• **EXERCISE PROMPT**
Begin at the line containing "f 213 38 32" in the entries below and end at the line containing "f 345 161 162"; transcribe that range exactly and nothing outside it.

Saved data entries
▼
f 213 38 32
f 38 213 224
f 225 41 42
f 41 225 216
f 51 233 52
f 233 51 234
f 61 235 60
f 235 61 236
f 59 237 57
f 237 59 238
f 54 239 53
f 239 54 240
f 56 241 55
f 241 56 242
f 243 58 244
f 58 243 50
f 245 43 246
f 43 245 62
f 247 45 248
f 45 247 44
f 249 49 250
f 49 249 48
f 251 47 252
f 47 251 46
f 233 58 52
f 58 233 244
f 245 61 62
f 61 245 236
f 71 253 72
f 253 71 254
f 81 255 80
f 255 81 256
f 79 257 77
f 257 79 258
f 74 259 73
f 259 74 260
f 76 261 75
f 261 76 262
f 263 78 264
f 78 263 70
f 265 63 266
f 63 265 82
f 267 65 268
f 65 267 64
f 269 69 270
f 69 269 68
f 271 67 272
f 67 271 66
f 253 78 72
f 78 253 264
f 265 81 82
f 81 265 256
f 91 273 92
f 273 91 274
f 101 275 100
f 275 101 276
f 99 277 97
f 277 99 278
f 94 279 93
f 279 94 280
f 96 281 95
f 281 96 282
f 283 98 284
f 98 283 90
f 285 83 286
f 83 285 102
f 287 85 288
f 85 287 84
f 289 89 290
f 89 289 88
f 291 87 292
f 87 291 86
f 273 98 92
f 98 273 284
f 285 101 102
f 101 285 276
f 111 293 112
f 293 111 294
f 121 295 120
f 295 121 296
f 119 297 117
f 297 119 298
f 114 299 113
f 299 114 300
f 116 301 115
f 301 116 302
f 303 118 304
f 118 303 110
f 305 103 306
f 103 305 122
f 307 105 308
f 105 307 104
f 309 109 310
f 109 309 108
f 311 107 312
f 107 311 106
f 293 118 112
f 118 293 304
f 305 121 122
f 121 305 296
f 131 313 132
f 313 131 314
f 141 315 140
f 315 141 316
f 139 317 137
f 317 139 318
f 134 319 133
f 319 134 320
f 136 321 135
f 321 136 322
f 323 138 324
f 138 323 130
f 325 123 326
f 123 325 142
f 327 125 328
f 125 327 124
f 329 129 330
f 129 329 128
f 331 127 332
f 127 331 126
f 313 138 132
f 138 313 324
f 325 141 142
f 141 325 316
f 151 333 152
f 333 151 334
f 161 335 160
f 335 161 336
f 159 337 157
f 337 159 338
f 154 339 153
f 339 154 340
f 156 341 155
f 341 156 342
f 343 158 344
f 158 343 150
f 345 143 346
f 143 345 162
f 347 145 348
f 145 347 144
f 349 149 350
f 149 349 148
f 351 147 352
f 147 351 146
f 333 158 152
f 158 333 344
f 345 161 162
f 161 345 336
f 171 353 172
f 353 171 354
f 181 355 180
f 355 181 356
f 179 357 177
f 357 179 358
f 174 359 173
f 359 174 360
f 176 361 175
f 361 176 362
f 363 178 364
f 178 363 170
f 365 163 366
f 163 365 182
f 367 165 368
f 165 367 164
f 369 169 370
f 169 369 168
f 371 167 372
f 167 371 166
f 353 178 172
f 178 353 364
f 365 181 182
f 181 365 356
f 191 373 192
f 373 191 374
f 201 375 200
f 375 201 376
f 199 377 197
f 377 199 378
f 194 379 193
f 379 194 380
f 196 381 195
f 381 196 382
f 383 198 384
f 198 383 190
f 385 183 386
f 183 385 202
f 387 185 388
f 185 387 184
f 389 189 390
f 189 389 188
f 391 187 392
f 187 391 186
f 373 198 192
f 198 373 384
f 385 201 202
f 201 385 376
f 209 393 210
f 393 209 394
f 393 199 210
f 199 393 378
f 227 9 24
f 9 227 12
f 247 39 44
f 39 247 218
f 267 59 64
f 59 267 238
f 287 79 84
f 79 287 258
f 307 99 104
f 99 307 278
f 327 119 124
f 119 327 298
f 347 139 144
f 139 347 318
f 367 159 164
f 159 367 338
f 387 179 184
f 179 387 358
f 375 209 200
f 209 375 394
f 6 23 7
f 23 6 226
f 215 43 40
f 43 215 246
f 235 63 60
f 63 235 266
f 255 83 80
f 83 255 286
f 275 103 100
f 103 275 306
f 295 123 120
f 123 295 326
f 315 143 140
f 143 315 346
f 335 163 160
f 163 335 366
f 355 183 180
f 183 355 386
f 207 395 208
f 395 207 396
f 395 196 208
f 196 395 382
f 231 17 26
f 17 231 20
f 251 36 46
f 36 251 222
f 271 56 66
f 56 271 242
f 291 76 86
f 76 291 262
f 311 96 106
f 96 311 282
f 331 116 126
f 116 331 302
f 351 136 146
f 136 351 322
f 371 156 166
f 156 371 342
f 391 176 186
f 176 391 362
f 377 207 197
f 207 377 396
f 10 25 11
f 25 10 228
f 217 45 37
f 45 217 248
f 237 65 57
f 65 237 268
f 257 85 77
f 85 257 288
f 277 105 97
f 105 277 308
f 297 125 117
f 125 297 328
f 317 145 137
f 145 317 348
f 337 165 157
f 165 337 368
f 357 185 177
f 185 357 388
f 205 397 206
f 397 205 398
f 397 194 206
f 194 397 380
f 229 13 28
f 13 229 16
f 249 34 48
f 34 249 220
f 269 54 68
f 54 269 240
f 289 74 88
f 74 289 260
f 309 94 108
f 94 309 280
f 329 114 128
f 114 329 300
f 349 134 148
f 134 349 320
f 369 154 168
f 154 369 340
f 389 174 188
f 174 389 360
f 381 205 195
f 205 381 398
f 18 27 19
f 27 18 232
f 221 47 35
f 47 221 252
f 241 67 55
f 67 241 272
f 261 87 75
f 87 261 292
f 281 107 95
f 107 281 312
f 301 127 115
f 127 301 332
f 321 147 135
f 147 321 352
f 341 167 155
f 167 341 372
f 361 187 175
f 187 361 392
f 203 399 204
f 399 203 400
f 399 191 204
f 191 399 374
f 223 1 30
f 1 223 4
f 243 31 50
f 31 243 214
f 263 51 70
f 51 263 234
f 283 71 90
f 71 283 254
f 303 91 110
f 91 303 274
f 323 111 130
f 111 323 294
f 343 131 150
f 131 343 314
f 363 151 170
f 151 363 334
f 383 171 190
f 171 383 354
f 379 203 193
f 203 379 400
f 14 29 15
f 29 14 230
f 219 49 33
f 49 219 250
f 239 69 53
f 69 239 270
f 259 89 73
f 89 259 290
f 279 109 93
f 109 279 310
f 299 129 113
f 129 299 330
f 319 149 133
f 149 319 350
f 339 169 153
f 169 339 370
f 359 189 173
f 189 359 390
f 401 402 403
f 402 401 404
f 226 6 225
▲
▼
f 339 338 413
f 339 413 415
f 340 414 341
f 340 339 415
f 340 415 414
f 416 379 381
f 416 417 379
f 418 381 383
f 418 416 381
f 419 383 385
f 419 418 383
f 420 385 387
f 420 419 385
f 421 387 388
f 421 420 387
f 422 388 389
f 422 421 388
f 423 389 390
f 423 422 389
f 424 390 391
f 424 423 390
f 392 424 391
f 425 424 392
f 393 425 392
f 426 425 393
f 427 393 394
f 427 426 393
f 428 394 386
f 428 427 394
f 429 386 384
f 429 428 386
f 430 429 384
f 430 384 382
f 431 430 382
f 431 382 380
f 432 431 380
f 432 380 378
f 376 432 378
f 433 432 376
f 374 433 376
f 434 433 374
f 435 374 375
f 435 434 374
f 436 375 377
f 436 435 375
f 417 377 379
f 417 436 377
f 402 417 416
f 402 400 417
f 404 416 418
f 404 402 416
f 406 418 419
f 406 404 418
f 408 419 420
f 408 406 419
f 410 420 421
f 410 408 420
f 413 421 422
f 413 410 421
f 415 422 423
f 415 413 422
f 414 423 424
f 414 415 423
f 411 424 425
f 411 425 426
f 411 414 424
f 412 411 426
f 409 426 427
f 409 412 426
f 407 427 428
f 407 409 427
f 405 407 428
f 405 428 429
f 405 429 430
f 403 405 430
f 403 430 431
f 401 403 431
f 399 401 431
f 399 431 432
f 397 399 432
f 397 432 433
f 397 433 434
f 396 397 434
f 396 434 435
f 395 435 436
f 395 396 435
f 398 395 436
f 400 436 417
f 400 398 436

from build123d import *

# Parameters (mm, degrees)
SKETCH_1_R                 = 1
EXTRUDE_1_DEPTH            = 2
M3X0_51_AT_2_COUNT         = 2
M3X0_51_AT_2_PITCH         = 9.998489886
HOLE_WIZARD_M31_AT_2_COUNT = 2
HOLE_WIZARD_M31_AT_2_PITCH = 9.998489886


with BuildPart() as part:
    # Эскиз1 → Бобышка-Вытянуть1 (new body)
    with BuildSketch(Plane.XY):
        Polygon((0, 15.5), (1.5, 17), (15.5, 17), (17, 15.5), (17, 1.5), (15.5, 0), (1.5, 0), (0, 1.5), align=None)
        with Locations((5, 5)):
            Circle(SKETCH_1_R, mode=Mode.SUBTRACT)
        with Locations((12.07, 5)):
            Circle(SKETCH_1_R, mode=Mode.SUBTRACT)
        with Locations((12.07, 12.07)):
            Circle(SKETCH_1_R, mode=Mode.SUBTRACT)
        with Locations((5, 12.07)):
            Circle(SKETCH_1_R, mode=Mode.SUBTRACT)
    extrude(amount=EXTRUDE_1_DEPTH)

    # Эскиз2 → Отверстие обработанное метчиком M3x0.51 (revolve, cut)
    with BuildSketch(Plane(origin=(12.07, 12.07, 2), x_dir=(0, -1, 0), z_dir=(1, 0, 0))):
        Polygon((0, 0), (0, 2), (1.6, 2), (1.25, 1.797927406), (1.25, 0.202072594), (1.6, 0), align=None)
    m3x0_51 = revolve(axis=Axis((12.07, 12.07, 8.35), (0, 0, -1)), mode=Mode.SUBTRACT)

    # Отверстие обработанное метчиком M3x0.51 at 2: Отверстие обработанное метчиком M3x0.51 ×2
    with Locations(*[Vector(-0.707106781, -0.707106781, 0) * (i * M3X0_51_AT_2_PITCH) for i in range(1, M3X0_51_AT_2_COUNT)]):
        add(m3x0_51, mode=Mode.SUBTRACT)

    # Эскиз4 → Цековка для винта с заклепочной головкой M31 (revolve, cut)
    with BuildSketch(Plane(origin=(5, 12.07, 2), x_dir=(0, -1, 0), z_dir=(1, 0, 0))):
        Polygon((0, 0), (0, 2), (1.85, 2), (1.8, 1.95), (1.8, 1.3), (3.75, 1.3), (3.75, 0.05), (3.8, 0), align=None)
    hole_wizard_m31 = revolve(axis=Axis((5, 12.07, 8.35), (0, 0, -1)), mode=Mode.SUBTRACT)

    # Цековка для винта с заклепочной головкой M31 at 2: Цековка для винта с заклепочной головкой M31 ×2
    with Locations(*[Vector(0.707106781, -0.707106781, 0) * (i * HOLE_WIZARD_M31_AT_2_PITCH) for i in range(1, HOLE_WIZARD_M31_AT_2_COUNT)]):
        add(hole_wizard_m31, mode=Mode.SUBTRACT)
▲
• **TASK OUTPUT**
f 213 38 32
f 38 213 224
f 225 41 42
f 41 225 216
f 51 233 52
f 233 51 234
f 61 235 60
f 235 61 236
f 59 237 57
f 237 59 238
f 54 239 53
f 239 54 240
f 56 241 55
f 241 56 242
f 243 58 244
f 58 243 50
f 245 43 246
f 43 245 62
f 247 45 248
f 45 247 44
f 249 49 250
f 49 249 48
f 251 47 252
f 47 251 46
f 233 58 52
f 58 233 244
f 245 61 62
f 61 245 236
f 71 253 72
f 253 71 254
f 81 255 80
f 255 81 256
f 79 257 77
f 257 79 258
f 74 259 73
f 259 74 260
f 76 261 75
f 261 76 262
f 263 78 264
f 78 263 70
f 265 63 266
f 63 265 82
f 267 65 268
f 65 267 64
f 269 69 270
f 69 269 68
f 271 67 272
f 67 271 66
f 253 78 72
f 78 253 264
f 265 81 82
f 81 265 256
f 91 273 92
f 273 91 274
f 101 275 100
f 275 101 276
f 99 277 97
f 277 99 278
f 94 279 93
f 279 94 280
f 96 281 95
f 281 96 282
f 283 98 284
f 98 283 90
f 285 83 286
f 83 285 102
f 287 85 288
f 85 287 84
f 289 89 290
f 89 289 88
f 291 87 292
f 87 291 86
f 273 98 92
f 98 273 284
f 285 101 102
f 101 285 276
f 111 293 112
f 293 111 294
f 121 295 120
f 295 121 296
f 119 297 117
f 297 119 298
f 114 299 113
f 299 114 300
f 116 301 115
f 301 116 302
f 303 118 304
f 118 303 110
f 305 103 306
f 103 305 122
f 307 105 308
f 105 307 104
f 309 109 310
f 109 309 108
f 311 107 312
f 107 311 106
f 293 118 112
f 118 293 304
f 305 121 122
f 121 305 296
f 131 313 132
f 313 131 314
f 141 315 140
f 315 141 316
f 139 317 137
f 317 139 318
f 134 319 133
f 319 134 320
f 136 321 135
f 321 136 322
f 323 138 324
f 138 323 130
f 325 123 326
f 123 325 142
f 327 125 328
f 125 327 124
f 329 129 330
f 129 329 128
f 331 127 332
f 127 331 126
f 313 138 132
f 138 313 324
f 325 141 142
f 141 325 316
f 151 333 152
f 333 151 334
f 161 335 160
f 335 161 336
f 159 337 157
f 337 159 338
f 154 339 153
f 339 154 340
f 156 341 155
f 341 156 342
f 343 158 344
f 158 343 150
f 345 143 346
f 143 345 162
f 347 145 348
f 145 347 144
f 349 149 350
f 149 349 148
f 351 147 352
f 147 351 146
f 333 158 152
f 158 333 344
f 345 161 162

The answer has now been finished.